Pithivier is a very delicious puff pastry cake filled with a thick layer of almond cream. I have a baker buddy, Laurent LeDaniel, has a bakery in Reims, already got a freezer full of 'em. He makes chocolate ones as well.

We will be doing our January "White Sale" the week of the 17th. We will offer white bread, white pound cake, coconut macaroons, cheese coffee cake, etc at very reduced prices. We will also start hot cross buns at the same time. Soon after that, Paczki.

First things first, got a load of macaroons to get out for an order today. Gingerbread macaroons, very tasty. We flavour the shells with a little spice, and molasses, and fill 'em with a blend of white chocolate gancahe, cream cheese and a little more spice. Probably wouldn't go over in France.

Saturday, December 12, 2009

subdivision after subdivision

Christmas, or I guess aromas anytime of year, in the bakery are simply tantalizing. I just crossed thirty feet of path upstairs, I passed the main bench, where Arturo V. and Camillo are making cinnamon bread. We roll out a rich yeasted dough, brush it with melted butter, and cover it with a cinnamon sugar blend and they also shake straight cinnamon on it. A few feet further and Filemon was pulling a rack of gingerbread men from the oven. On the table by the back door, Joe is covering his Konig Aman pastries with vanilla sugar. Very aromatic stuff. It's really pretty incredible how much flavour and aroma we can get out of a vanilla pod. Truthfully, the pods that we use for vanilla sugar, have been scraped, and cooked, rinsed and added to the bucket. Once the ratio of pods to sugar is right, we add a bunch of sugar and run it thru our food processor. We sift out the pod pieces and use the sugar. When we are finished using the sugar, the pods get added back to the sugar and stored away until needed again.

Work is piling up. Real estate business is good. We have seventy four houses going out tomorrow, and another hundred next Saturday. These are, of course, on top of the store orders, which are running well ahead of last year. Six here, thirteen there, it's been a great house year. Hate to beat a dead horse, but anyayou bakers makin' lots of houses, it'd pay to talk to the guys at Practical Baker about a machine to produce the house sheets. Arturo O. ran forty six sheets yesterday, nine minutes. He "fit them in before he left". Years ago, that'd been a few days work.

Yesterday, we finished our stollen. I really mean, found the finish, we needed. Patti found the perfect pine bow decorations, I was looking for. The green paired with our red ribbon, really makes a nice finish. I sought what we have for many, many years. Next year, printed stollen boxes.

Well gotta get this day started, kinda funny, I've been here four hours already.
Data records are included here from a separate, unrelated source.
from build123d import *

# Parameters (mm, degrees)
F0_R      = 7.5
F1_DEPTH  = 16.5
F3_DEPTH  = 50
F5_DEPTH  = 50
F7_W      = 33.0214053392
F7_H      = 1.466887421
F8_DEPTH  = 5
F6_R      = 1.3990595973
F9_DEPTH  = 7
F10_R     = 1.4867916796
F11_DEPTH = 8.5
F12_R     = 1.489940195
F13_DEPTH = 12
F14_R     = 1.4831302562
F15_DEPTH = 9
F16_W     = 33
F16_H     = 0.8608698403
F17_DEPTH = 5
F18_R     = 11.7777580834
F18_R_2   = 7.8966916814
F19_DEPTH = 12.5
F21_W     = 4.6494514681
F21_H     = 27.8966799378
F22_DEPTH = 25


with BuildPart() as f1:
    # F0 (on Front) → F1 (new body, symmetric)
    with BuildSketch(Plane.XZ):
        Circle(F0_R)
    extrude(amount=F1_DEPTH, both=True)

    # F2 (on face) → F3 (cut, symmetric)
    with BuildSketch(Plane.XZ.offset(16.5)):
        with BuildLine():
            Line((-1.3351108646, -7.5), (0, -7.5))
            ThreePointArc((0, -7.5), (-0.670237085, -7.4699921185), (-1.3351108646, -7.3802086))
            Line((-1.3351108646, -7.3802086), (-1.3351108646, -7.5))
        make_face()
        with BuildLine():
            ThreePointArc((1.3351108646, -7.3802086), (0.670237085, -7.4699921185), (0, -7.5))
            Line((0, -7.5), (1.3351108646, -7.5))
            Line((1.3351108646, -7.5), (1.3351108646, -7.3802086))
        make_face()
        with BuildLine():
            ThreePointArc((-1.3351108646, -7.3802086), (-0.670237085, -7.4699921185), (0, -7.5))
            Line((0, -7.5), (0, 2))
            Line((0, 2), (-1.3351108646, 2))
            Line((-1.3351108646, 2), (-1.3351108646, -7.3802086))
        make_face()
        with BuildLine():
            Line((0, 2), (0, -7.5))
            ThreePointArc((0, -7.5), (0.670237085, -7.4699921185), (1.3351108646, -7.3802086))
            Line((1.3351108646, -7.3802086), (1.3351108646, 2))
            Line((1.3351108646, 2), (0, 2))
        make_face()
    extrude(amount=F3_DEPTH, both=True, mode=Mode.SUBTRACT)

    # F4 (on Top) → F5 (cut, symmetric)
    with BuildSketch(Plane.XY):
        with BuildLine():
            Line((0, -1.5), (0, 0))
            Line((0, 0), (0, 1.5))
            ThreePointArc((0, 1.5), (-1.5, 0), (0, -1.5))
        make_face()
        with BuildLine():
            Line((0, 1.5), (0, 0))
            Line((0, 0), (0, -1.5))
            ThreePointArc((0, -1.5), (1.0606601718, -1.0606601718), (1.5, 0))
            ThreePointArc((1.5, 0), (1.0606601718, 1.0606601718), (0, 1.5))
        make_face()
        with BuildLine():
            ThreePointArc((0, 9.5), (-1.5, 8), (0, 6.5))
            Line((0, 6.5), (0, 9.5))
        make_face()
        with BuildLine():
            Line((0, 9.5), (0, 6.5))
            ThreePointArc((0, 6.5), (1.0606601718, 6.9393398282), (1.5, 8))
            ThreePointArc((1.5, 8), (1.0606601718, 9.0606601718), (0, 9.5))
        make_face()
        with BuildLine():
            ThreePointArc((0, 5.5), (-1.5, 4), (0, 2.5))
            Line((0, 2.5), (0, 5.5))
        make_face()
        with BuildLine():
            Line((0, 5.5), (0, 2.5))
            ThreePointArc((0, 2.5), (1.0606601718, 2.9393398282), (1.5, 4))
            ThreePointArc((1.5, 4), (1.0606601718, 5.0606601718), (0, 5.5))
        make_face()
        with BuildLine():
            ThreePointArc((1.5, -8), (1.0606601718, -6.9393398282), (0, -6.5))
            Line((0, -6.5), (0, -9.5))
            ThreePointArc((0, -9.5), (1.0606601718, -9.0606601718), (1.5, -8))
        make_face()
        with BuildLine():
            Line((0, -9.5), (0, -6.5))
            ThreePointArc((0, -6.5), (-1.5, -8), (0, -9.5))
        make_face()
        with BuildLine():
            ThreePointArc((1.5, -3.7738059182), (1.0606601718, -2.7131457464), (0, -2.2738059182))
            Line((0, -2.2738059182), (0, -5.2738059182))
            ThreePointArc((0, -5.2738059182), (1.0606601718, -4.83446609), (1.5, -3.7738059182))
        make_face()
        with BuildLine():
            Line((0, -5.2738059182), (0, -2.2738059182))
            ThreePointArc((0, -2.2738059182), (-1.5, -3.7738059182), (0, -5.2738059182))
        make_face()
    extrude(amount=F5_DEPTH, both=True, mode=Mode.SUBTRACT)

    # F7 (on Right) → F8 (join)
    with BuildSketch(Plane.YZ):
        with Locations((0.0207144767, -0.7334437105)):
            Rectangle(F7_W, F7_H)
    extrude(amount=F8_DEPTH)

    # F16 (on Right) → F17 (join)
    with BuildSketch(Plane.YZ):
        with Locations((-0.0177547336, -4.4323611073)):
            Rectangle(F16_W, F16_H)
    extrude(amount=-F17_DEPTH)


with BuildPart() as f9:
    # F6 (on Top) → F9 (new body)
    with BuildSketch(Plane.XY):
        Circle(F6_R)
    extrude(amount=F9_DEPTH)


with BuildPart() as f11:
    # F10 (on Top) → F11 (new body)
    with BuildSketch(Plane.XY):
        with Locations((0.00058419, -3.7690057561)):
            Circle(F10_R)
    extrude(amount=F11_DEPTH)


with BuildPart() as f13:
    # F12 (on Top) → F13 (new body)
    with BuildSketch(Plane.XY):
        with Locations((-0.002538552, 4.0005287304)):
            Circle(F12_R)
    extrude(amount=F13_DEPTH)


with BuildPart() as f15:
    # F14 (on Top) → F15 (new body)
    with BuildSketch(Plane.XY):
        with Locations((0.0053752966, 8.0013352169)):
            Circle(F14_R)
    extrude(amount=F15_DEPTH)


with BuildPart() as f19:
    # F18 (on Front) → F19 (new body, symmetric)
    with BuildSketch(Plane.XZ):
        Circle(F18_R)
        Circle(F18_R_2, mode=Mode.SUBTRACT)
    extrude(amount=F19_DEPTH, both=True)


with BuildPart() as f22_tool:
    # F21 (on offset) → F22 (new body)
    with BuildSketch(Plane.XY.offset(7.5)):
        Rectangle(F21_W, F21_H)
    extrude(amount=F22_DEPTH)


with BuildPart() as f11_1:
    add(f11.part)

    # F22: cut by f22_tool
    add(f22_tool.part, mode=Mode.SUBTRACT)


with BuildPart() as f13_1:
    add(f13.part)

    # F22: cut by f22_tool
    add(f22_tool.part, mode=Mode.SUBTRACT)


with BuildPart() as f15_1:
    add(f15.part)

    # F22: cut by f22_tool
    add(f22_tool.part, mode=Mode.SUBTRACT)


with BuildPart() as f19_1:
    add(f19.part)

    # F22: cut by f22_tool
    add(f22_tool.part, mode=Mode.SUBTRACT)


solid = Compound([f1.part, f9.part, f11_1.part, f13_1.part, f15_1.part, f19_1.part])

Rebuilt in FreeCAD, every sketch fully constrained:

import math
import FreeCAD as App
import Part
import Sketcher
Q = App.Units.Quantity


def add_polygon(sketch, points):
    """Adds a closed chain of lines whose ends are joined by coincident constraints."""
    first, n = sketch.GeometryCount, len(points)
    for a, b in zip(points, points[1:] + points[:1]):
        sketch.addGeometry(Part.LineSegment(App.Vector(*a, 0), App.Vector(*b, 0)), False)
    for i in range(n):
        sketch.addConstraint(Sketcher.Constraint("Coincident", first + i, 2, first + (i + 1) % n, 1))

doc = App.newDocument("Part")
body = doc.addObject("PartDesign::Body", "Body")

sketch1 = doc.addObject("Sketcher::SketchObject", "Sketch")
body.addObject(sketch1)
sketch1.AttachmentSupport = (doc.XZ_Plane, [""])
sketch1.MapMode = "FlatFace"
sketch1.addGeometry(Part.Circle(App.Vector(0, 0, 0), App.Vector(0, 0, 1), 7.5), False)
sketch1.addConstraint(Sketcher.Constraint("Coincident", 0, 3, -1, 1))
sketch1.addConstraint(Sketcher.Constraint("Diameter", 0, Q("15 mm")))
pad1 = doc.addObject("PartDesign::Pad", "Pad")
body.addObject(pad1)
pad1.Profile = sketch1
pad1.Length = 33
pad1.Midplane = True

sketch2 = doc.addObject("Sketcher::SketchObject", "Sketch001")
body.addObject(sketch2)
sketch2.AttachmentSupport = (doc.XZ_Plane, [""])
sketch2.MapMode = "FlatFace"
sketch2.AttachmentOffset = App.Placement(App.Vector(0, 0, 16.5), App.Rotation())
add_polygon(sketch2, [(-1.335111, -7.5), (1.335111, -7.5), (1.335111, 2), (-1.335111, 2)])
sketch2.addConstraint(Sketcher.Constraint("Horizontal", 0))
sketch2.addConstraint(Sketcher.Constraint("Vertical", 1))
sketch2.addConstraint(Sketcher.Constraint("Horizontal", 2))
sketch2.addConstraint(Sketcher.Constraint("Vertical", 3))
sketch2.addConstraint(Sketcher.Constraint("DistanceY", 1, 1, 1, 2, Q("9.5 mm")))
sketch2.addConstraint(Sketcher.Constraint("DistanceY", -1, 1, 1, 2, Q("2 mm")))
sketch2.addConstraint(Sketcher.Constraint("DistanceX", 0, 1, 0, 2, Q("2.670222 mm")))
sketch2.addConstraint(Sketcher.Constraint("DistanceX", -1, 1, 0, 2, Q("1.335111 mm")))
pocket1 = doc.addObject("PartDesign::Pocket", "Pocket")
body.addObject(pocket1)
pocket1.Profile = sketch2
pocket1.Length = 100
pocket1.Midplane = True

sketch3 = doc.addObject("Sketcher::SketchObject", "Sketch002")
body.addObject(sketch3)
sketch3.AttachmentSupport = (doc.XY_Plane, [""])
sketch3.MapMode = "FlatFace"
sketch3.addGeometry(Part.ArcOfCircle(Part.Circle(App.Vector(0, 0, 0), App.Vector(0, 0, 1), 1.5), math.radians(90), math.radians(270)), False)
sketch3.addGeometry(Part.ArcOfCircle(Part.Circle(App.Vector(0, 0, 0), App.Vector(0, 0, 1), 1.5), math.radians(-90), math.radians(0)), False)
sketch3.addGeometry(Part.ArcOfCircle(Part.Circle(App.Vector(0, 0, 0), App.Vector(0, 0, 1), 1.5), math.radians(0), math.radians(90)), False)
sketch3.addGeometry(Part.ArcOfCircle(Part.Circle(App.Vector(0, 8, 0), App.Vector(0, 0, 1), 1.5), math.radians(90), math.radians(270)), False)
sketch3.addGeometry(Part.ArcOfCircle(Part.Circle(App.Vector(0, 8, 0), App.Vector(0, 0, 1), 1.5), math.radians(-90), math.radians(0)), False)
sketch3.addGeometry(Part.ArcOfCircle(Part.Circle(App.Vector(0, 8, 0), App.Vector(0, 0, 1), 1.5), math.radians(0), math.radians(90)), False)
sketch3.addGeometry(Part.ArcOfCircle(Part.Circle(App.Vector(0, 4, 0), App.Vector(0, 0, 1), 1.5), math.radians(90), math.radians(270)), False)
sketch3.addGeometry(Part.ArcOfCircle(Part.Circle(App.Vector(0, 4, 0), App.Vector(0, 0, 1), 1.5), math.radians(-90), math.radians(0)), False)
sketch3.addGeometry(Part.ArcOfCircle(Part.Circle(App.Vector(0, 4, 0), App.Vector(0, 0, 1), 1.5), math.radians(0), math.radians(90)), False)
sketch3.addGeometry(Part.ArcOfCircle(Part.Circle(App.Vector(0, -8, 0), App.Vector(0, 0, 1), 1.5), math.radians(0), math.radians(90)), False)
sketch3.addGeometry(Part.ArcOfCircle(Part.Circle(App.Vector(0, -8, 0), App.Vector(0, 0, 1), 1.5), math.radians(90), math.radians(270)), False)
sketch3.addGeometry(Part.ArcOfCircle(Part.Circle(App.Vector(0, -8, 0), App.Vector(0, 0, 1), 1.5), math.radians(-90), math.radians(0)), False)
sketch3.addGeometry(Part.ArcOfCircle(Part.Circle(App.Vector(0, -3.773806, 0), App.Vector(0, 0, 1), 1.5), math.radians(0), math.radians(90)), False)
sketch3.addGeometry(Part.ArcOfCircle(Part.Circle(App.Vector(0, -3.773806, 0), App.Vector(0, 0, 1), 1.5), math.radians(90), math.radians(270)), False)
sketch3.addGeometry(Part.ArcOfCircle(Part.Circle(App.Vector(0, -3.773806, 0), App.Vector(0, 0, 1), 1.5), math.radians(-90), math.radians(0)), False)
sketch3.addConstraint(Sketcher.Constraint("Tangent", 0, 2, 1, 1))
sketch3.addConstraint(Sketcher.Constraint("Tangent", 1, 2, 2, 1))
sketch3.addConstraint(Sketcher.Constraint("Tangent", 2, 2, 0, 1))
sketch3.addConstraint(Sketcher.Constraint("Tangent", 3, 2, 4, 1))
sketch3.addConstraint(Sketcher.Constraint("Tangent", 4, 2, 5, 1))
sketch3.addConstraint(Sketcher.Constraint("Tangent", 5, 2, 3, 1))
sketch3.addConstraint(Sketcher.Constraint("Tangent", 6, 2, 7, 1))
sketch3.addConstraint(Sketcher.Constraint("Tangent", 7, 2, 8, 1))
sketch3.addConstraint(Sketcher.Constraint("Tangent", 8, 2, 6, 1))
sketch3.addConstraint(Sketcher.Constraint("Tangent", 9, 2, 10, 1))
sketch3.addConstraint(Sketcher.Constraint("Tangent", 10, 2, 11, 1))
sketch3.addConstraint(Sketcher.Constraint("Tangent", 11, 2, 9, 1))
sketch3.addConstraint(Sketcher.Constraint("Tangent", 12, 2, 13, 1))
sketch3.addConstraint(Sketcher.Constraint("Tangent", 13, 2, 14, 1))
sketch3.addConstraint(Sketcher.Constraint("Tangent", 14, 2, 12, 1))
sketch3.addConstraint(Sketcher.Constraint("Coincident", 0, 3, -1, 1))
sketch3.addConstraint(Sketcher.Constraint("Equal", 2, 3))
sketch3.addConstraint(Sketcher.Constraint("Equal", 5, 6))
Better said, gotta get the day work started. We're packin' cookies again tomorrow. Gonna have a long day today, home for a nap, back to bake thru the nite, pack cookies tomorrow, employee Christmas party Sunday afternoon. Cristmas song on the radio says "The most wonderful time of the year". Bet the song writer didn't grow up in a bakery. If he did, he'd be writing "Secretary's Day" songs.

Wednesday, December 9, 2009

the four try rule

We produced enough yesterday, I gotta spend some time in the office today. Days are gonna start runnin' into nights, very soon here.

Last week I found some clear, soft plastic, candy "Tubes". Today we are going to pack four macaroons, in a tube. Gonna make a smokin' hot, affordable, delicious gift. We will be selling them for $5.29. One each gingerbread, chocolate, strawberry and pistachio macaroon, is how we will be filling them. The dilemma is how to finish 'em. They need a bow, or something. I'm sure the girls will come up with something.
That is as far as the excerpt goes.